╭─ INFORMATION PROVIDED

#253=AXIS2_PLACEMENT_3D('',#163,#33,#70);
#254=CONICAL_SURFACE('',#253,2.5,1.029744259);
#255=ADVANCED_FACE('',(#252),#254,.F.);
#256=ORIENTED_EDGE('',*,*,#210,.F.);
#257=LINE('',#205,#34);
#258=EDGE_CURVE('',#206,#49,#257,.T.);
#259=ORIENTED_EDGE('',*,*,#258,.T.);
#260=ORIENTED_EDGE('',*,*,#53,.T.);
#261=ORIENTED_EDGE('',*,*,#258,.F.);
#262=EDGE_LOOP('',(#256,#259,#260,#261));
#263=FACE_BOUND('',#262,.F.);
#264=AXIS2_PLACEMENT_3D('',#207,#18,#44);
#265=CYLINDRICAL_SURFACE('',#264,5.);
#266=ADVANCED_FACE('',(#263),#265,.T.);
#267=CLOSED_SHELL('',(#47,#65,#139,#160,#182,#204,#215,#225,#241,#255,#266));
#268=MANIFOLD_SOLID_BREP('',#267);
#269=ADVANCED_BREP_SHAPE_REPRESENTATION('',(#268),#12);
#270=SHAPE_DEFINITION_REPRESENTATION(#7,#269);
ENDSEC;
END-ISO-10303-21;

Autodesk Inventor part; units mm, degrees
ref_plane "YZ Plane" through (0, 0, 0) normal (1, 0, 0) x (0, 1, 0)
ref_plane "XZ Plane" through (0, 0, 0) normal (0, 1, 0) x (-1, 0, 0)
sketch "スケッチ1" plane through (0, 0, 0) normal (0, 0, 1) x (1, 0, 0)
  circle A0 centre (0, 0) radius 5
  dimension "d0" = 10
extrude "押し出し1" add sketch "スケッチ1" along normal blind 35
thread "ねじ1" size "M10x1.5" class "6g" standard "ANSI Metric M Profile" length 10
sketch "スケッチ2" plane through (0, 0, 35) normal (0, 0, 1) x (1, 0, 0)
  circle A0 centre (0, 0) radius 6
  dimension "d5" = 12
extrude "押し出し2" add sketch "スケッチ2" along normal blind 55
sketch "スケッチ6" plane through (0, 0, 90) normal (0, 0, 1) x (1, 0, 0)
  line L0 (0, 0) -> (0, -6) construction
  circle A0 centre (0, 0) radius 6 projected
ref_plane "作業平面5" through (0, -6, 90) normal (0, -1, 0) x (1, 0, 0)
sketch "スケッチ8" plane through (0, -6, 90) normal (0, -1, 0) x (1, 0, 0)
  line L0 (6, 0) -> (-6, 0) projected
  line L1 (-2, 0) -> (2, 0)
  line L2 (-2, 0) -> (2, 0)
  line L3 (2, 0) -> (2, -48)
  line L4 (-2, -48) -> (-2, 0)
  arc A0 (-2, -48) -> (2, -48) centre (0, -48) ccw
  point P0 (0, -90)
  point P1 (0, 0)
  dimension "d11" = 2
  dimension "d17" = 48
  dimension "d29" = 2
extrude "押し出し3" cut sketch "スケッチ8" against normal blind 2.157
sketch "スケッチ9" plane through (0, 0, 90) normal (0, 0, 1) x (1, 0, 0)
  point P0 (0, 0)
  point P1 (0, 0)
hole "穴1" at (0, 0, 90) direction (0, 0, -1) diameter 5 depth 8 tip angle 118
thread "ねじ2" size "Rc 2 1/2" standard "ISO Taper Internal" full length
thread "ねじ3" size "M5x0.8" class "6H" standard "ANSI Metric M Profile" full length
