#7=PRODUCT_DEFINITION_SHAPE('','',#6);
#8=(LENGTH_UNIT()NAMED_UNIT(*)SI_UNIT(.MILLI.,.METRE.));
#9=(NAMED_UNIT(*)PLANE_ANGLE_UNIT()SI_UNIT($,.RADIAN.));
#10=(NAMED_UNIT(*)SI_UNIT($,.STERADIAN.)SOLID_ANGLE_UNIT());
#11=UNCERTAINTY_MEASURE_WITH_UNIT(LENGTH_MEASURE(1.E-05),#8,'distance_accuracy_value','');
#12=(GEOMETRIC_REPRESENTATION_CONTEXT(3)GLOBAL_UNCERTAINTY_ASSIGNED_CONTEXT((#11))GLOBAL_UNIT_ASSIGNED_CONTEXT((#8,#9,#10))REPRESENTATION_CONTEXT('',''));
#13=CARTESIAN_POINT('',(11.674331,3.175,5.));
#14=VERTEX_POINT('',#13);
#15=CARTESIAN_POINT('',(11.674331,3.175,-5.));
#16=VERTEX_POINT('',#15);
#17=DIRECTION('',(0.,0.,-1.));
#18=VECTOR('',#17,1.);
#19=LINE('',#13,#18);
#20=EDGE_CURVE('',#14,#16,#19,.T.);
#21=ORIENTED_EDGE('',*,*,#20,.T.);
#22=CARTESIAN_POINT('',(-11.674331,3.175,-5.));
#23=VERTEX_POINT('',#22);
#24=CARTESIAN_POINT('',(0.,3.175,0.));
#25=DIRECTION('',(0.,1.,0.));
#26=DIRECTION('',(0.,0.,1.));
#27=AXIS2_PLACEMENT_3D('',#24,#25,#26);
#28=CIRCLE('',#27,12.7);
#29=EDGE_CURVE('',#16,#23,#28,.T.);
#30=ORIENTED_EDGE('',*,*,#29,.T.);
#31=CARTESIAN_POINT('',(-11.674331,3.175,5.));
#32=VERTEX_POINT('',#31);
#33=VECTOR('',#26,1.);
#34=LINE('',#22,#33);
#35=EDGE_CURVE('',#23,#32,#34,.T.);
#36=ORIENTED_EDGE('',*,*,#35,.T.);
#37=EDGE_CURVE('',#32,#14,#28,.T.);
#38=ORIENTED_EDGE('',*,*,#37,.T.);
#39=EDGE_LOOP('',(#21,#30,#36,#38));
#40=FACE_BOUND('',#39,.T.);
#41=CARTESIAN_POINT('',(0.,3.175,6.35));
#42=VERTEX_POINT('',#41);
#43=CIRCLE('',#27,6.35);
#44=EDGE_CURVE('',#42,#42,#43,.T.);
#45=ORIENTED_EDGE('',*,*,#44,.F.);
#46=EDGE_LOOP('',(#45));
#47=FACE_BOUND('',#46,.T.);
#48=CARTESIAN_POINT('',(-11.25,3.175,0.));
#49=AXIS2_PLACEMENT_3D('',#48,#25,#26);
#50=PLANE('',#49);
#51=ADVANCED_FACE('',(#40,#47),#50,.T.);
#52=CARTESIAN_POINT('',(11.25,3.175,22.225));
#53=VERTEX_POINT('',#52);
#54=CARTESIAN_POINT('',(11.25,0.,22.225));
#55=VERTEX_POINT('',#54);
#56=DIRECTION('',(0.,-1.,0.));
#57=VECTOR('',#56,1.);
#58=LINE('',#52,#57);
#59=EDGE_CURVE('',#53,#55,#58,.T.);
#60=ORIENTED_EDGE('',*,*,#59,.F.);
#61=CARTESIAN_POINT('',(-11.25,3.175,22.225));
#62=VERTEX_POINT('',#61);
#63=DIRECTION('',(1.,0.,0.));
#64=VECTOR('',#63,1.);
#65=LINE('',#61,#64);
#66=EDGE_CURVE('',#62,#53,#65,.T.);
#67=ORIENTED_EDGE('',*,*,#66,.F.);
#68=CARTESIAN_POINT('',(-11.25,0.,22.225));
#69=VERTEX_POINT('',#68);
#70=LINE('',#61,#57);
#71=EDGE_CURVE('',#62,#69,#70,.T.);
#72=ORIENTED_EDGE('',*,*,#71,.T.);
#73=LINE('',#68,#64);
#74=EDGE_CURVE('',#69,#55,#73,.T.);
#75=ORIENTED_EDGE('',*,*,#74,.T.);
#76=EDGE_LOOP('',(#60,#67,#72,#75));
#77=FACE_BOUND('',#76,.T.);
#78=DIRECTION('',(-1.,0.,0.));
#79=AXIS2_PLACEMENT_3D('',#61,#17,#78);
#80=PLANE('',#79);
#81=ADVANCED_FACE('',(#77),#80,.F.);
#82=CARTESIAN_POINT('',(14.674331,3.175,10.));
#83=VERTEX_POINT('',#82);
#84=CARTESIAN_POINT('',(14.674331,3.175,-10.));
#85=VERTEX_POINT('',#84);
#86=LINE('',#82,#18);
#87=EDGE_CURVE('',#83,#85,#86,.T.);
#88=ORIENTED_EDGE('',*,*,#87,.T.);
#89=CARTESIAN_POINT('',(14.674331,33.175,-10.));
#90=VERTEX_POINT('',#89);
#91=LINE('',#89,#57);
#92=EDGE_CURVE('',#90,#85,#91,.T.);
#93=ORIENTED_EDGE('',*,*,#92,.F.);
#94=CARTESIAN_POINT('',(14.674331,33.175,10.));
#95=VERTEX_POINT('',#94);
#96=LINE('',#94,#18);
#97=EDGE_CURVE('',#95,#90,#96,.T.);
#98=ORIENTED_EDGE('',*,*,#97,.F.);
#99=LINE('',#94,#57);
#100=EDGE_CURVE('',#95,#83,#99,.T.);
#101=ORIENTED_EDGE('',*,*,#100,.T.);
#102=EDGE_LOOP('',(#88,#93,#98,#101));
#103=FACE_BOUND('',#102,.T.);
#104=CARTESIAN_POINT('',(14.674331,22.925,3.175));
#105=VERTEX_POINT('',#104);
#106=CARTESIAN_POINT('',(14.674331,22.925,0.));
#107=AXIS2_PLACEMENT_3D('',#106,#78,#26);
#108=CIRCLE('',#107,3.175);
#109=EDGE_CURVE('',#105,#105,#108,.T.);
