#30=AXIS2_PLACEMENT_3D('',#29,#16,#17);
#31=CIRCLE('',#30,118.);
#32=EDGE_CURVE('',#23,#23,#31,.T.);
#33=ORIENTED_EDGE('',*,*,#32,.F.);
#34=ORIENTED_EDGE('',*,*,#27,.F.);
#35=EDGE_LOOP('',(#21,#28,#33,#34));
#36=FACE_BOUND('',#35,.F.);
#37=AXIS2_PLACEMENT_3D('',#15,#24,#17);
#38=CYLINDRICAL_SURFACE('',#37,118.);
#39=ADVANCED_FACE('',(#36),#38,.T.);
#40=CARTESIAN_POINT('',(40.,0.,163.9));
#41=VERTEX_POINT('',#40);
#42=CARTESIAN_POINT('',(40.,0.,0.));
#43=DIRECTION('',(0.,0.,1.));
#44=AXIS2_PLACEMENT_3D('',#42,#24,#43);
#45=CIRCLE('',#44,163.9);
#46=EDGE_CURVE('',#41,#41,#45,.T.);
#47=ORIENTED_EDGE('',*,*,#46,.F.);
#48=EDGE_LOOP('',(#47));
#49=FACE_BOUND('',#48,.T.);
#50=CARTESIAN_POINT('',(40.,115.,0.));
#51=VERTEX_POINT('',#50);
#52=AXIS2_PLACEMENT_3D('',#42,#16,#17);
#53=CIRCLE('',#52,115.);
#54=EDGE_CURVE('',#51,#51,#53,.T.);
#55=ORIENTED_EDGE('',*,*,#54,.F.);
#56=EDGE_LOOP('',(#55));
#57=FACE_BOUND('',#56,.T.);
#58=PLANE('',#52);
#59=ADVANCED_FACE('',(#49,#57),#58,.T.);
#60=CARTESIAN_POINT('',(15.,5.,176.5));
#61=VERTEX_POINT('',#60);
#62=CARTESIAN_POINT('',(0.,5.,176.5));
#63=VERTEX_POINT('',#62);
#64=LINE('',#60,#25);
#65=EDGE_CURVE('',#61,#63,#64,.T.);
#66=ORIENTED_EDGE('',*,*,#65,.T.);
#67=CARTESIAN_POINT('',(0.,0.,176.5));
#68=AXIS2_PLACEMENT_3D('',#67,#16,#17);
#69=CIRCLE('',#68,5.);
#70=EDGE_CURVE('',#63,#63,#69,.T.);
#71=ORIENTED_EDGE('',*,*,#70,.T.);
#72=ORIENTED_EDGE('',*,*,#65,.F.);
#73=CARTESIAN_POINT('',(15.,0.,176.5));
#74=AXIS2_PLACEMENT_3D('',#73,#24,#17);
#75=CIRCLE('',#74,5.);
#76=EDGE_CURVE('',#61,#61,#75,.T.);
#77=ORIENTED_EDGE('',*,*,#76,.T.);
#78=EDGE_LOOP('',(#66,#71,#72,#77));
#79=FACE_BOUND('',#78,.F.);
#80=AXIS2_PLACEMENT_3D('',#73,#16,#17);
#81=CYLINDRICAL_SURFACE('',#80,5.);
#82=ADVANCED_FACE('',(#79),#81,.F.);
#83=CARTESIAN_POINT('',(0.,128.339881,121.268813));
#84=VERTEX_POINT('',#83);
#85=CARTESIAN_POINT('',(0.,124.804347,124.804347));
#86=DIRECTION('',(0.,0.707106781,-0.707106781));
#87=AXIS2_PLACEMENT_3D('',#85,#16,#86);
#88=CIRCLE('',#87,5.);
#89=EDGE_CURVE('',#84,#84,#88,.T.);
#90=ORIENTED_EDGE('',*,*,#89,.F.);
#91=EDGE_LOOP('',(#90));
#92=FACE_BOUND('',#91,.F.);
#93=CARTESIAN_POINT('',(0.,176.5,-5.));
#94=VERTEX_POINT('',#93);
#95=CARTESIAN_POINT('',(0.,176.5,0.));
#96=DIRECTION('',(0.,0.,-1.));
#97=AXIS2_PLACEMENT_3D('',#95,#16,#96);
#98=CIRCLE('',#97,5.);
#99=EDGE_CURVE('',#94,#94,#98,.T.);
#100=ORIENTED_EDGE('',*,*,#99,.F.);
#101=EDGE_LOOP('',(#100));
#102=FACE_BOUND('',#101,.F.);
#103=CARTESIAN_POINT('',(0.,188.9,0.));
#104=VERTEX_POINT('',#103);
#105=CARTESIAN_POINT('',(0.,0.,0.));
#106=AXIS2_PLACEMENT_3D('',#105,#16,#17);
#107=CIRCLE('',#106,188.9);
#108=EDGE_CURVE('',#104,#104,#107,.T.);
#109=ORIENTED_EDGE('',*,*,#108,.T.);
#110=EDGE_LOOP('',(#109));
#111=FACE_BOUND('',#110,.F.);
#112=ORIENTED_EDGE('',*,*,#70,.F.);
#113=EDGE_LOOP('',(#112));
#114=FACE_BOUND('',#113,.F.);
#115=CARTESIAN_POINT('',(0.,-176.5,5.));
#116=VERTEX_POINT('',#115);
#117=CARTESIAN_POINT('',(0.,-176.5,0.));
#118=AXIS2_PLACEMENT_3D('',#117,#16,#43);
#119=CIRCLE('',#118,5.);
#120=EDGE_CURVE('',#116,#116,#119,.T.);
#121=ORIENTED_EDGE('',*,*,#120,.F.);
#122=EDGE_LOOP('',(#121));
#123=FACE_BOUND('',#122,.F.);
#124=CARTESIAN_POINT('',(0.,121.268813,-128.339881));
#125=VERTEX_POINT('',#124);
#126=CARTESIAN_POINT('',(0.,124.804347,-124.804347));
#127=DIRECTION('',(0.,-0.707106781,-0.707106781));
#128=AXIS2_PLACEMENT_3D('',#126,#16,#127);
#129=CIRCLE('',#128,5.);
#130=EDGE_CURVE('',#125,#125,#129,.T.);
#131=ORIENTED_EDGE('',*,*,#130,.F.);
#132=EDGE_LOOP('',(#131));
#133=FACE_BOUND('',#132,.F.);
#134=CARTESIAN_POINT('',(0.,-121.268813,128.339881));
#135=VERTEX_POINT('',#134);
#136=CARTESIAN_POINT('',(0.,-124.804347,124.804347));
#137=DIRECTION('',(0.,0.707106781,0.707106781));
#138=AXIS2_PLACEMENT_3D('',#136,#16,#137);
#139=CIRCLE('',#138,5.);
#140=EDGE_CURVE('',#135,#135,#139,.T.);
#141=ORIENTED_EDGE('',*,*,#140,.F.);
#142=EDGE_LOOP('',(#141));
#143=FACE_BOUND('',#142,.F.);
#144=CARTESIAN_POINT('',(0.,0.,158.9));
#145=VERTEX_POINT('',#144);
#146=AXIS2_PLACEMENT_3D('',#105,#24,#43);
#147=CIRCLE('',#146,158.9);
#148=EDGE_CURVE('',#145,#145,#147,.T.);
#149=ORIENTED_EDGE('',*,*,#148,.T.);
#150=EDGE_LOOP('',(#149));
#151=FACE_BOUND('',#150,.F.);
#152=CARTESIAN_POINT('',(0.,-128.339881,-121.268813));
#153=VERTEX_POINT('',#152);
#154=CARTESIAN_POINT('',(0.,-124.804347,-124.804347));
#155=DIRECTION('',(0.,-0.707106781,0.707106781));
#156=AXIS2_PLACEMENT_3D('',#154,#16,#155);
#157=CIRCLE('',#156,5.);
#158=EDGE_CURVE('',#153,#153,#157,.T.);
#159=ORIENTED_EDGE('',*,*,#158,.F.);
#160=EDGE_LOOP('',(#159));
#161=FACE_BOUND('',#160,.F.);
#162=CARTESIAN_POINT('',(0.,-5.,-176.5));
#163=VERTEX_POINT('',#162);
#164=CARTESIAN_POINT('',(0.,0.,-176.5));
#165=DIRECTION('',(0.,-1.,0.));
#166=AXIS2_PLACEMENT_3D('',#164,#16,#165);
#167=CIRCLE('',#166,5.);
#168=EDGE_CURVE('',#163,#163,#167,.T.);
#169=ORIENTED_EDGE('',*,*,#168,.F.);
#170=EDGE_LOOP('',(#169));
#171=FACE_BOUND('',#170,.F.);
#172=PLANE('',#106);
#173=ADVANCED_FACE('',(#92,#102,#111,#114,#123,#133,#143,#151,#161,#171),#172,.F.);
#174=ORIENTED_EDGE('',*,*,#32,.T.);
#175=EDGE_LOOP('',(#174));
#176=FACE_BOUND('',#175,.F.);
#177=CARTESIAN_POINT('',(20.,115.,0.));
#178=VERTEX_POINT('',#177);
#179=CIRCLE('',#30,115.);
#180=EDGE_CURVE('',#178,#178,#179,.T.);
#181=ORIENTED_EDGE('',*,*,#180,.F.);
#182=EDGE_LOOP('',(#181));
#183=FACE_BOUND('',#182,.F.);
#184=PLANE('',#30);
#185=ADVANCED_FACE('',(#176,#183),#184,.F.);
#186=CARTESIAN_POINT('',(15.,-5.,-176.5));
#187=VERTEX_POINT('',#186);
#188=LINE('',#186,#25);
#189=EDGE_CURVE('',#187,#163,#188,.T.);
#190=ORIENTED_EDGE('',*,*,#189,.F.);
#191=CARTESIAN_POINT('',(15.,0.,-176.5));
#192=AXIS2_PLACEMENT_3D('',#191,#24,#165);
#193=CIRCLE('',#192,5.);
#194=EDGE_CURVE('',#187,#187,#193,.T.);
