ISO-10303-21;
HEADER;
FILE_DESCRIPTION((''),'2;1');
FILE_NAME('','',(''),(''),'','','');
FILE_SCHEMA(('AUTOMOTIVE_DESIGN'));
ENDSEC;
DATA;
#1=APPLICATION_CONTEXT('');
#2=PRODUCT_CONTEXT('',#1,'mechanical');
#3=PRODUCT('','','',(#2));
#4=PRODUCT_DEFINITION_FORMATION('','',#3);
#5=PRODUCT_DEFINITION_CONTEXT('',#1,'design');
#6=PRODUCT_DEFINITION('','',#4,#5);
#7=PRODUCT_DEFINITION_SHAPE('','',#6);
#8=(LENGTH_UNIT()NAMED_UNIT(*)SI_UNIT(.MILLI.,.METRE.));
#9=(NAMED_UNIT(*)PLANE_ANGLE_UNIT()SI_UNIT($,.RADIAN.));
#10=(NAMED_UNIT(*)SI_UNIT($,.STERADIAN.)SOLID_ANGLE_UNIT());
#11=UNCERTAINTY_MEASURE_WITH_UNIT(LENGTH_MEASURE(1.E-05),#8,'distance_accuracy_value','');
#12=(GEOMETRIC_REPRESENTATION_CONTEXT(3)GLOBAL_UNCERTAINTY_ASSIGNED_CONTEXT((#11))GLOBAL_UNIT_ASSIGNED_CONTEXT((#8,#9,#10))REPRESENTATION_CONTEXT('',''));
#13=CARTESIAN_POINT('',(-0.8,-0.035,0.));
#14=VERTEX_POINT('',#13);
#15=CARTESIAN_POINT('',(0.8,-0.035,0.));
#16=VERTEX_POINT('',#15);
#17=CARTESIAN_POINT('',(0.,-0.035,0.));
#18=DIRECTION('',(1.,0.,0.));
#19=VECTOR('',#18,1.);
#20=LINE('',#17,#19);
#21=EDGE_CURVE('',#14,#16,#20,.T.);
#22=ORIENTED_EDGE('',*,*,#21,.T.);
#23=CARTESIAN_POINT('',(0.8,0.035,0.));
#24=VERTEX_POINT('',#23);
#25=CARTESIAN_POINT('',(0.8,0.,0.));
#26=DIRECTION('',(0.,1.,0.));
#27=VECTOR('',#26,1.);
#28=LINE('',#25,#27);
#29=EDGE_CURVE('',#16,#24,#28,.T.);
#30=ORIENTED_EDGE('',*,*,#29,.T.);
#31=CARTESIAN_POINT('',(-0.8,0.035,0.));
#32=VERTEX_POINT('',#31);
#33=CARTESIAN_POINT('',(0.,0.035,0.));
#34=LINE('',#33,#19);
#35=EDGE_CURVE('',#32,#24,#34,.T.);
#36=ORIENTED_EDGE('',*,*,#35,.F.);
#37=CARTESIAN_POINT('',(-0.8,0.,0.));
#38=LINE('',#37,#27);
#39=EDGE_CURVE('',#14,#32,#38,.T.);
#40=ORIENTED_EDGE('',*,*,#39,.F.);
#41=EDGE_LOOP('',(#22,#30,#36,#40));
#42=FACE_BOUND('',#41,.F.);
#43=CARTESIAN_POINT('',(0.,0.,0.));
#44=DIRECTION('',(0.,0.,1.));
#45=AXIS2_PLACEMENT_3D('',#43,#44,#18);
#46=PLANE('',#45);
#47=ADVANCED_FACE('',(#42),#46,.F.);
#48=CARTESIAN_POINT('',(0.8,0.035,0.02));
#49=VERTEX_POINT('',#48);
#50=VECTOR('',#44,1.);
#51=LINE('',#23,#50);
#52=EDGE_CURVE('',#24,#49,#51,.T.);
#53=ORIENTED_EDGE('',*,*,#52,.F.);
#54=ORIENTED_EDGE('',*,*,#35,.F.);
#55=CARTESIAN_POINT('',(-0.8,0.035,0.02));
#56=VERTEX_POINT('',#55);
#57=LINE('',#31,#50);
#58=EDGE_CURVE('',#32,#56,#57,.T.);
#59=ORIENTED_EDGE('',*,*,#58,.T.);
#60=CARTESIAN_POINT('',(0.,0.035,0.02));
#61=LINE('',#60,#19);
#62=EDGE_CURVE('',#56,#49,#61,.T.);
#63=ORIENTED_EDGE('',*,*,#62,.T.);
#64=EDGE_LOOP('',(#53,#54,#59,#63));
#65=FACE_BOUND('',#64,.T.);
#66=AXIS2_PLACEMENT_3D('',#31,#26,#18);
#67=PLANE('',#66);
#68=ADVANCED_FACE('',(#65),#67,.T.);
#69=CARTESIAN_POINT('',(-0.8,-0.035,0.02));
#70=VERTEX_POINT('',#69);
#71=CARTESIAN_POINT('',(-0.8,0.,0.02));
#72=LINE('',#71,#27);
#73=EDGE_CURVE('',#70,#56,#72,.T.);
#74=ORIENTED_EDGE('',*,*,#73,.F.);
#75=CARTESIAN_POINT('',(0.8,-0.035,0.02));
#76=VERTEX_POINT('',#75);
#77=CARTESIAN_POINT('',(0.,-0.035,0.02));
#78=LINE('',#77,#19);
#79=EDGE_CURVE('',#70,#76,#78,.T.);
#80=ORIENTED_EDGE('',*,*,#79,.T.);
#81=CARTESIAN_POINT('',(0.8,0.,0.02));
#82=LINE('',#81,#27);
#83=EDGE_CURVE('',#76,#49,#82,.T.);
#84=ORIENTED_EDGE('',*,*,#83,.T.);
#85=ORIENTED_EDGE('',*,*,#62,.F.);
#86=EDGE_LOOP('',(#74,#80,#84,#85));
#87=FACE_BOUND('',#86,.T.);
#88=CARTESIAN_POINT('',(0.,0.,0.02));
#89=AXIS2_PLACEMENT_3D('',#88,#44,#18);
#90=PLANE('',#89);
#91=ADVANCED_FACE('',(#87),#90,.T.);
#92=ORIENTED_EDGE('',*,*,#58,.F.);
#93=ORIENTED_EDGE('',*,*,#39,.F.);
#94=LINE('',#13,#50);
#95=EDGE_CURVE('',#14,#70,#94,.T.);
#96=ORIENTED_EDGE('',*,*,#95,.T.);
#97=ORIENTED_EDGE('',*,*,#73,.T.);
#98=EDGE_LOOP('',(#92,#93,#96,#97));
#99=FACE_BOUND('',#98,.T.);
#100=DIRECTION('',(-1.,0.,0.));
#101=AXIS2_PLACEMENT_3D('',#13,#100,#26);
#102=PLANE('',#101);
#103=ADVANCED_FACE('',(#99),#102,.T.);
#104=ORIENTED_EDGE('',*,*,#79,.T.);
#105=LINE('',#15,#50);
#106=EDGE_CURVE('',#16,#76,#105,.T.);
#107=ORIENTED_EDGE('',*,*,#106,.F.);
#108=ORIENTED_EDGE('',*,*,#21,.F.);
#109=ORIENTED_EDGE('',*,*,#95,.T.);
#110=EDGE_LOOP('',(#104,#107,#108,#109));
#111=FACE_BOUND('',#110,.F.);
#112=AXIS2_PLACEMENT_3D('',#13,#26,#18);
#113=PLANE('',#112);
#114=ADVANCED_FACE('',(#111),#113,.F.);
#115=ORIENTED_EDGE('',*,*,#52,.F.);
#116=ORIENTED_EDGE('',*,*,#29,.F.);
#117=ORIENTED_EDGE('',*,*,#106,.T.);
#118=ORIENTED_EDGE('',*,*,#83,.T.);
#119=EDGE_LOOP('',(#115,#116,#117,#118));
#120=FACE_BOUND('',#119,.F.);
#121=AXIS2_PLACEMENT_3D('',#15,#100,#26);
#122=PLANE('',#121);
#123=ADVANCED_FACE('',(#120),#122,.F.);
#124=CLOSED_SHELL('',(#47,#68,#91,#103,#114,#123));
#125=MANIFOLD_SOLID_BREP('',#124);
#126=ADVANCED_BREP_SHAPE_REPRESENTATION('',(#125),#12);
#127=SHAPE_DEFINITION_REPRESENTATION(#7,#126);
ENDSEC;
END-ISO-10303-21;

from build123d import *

# Parameters (mm, degrees)
SKETCH_W  = 1.6
SKETCH_H  = 0.07
PAD_DEPTH = 0.02


with BuildPart() as part:
    # Sketch → Pad (new body)
    with BuildSketch(Plane.XY):
        Rectangle(SKETCH_W, SKETCH_H)
    extrude(amount=PAD_DEPTH)


solid = part.part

╰─

=== PROBLEM TO SOLVE ===
Through the line that contains "tip angle 118", copy the material above exactly, beginning at its first line and including nothing more.

=== RESULT FOR THIS EXERCISE ===
#253=AXIS2_PLACEMENT_3D('',#163,#33,#70);
#254=CONICAL_SURFACE('',#253,2.5,1.029744259);
#255=ADVANCED_FACE('',(#252),#254,.F.);
#256=ORIENTED_EDGE('',*,*,#210,.F.);
#257=LINE('',#205,#34);
#258=EDGE_CURVE('',#206,#49,#257,.T.);
#259=ORIENTED_EDGE('',*,*,#258,.T.);
#260=ORIENTED_EDGE('',*,*,#53,.T.);
#261=ORIENTED_EDGE('',*,*,#258,.F.);
#262=EDGE_LOOP('',(#256,#259,#260,#261));
#263=FACE_BOUND('',#262,.F.);
#264=AXIS2_PLACEMENT_3D('',#207,#18,#44);
#265=CYLINDRICAL_SURFACE('',#264,5.);
#266=ADVANCED_FACE('',(#263),#265,.T.);
#267=CLOSED_SHELL('',(#47,#65,#139,#160,#182,#204,#215,#225,#241,#255,#266));
#268=MANIFOLD_SOLID_BREP('',#267);
#269=ADVANCED_BREP_SHAPE_REPRESENTATION('',(#268),#12);
#270=SHAPE_DEFINITION_REPRESENTATION(#7,#269);
ENDSEC;
END-ISO-10303-21;

Autodesk Inventor part; units mm, degrees
ref_plane "YZ Plane" through (0, 0, 0) normal (1, 0, 0) x (0, 1, 0)
ref_plane "XZ Plane" through (0, 0, 0) normal (0, 1, 0) x (-1, 0, 0)
sketch "スケッチ1" plane through (0, 0, 0) normal (0, 0, 1) x (1, 0, 0)
  circle A0 centre (0, 0) radius 5
  dimension "d0" = 10
extrude "押し出し1" add sketch "スケッチ1" along normal blind 35
thread "ねじ1" size "M10x1.5" class "6g" standard "ANSI Metric M Profile" length 10
sketch "スケッチ2" plane through (0, 0, 35) normal (0, 0, 1) x (1, 0, 0)
  circle A0 centre (0, 0) radius 6
  dimension "d5" = 12
extrude "押し出し2" add sketch "スケッチ2" along normal blind 55
sketch "スケッチ6" plane through (0, 0, 90) normal (0, 0, 1) x (1, 0, 0)
  line L0 (0, 0) -> (0, -6) construction
  circle A0 centre (0, 0) radius 6 projected
ref_plane "作業平面5" through (0, -6, 90) normal (0, -1, 0) x (1, 0, 0)
sketch "スケッチ8" plane through (0, -6, 90) normal (0, -1, 0) x (1, 0, 0)
  line L0 (6, 0) -> (-6, 0) projected
  line L1 (-2, 0) -> (2, 0)
  line L2 (-2, 0) -> (2, 0)
  line L3 (2, 0) -> (2, -48)
  line L4 (-2, -48) -> (-2, 0)
  arc A0 (-2, -48) -> (2, -48) centre (0, -48) ccw
  point P0 (0, -90)
  point P1 (0, 0)
  dimension "d11" = 2
  dimension "d17" = 48
  dimension "d29" = 2
extrude "押し出し3" cut sketch "スケッチ8" against normal blind 2.157
sketch "スケッチ9" plane through (0, 0, 90) normal (0, 0, 1) x (1, 0, 0)
  point P0 (0, 0)
  point P1 (0, 0)
hole "穴1" at (0, 0, 90) direction (0, 0, -1) diameter 5 depth 8 tip angle 118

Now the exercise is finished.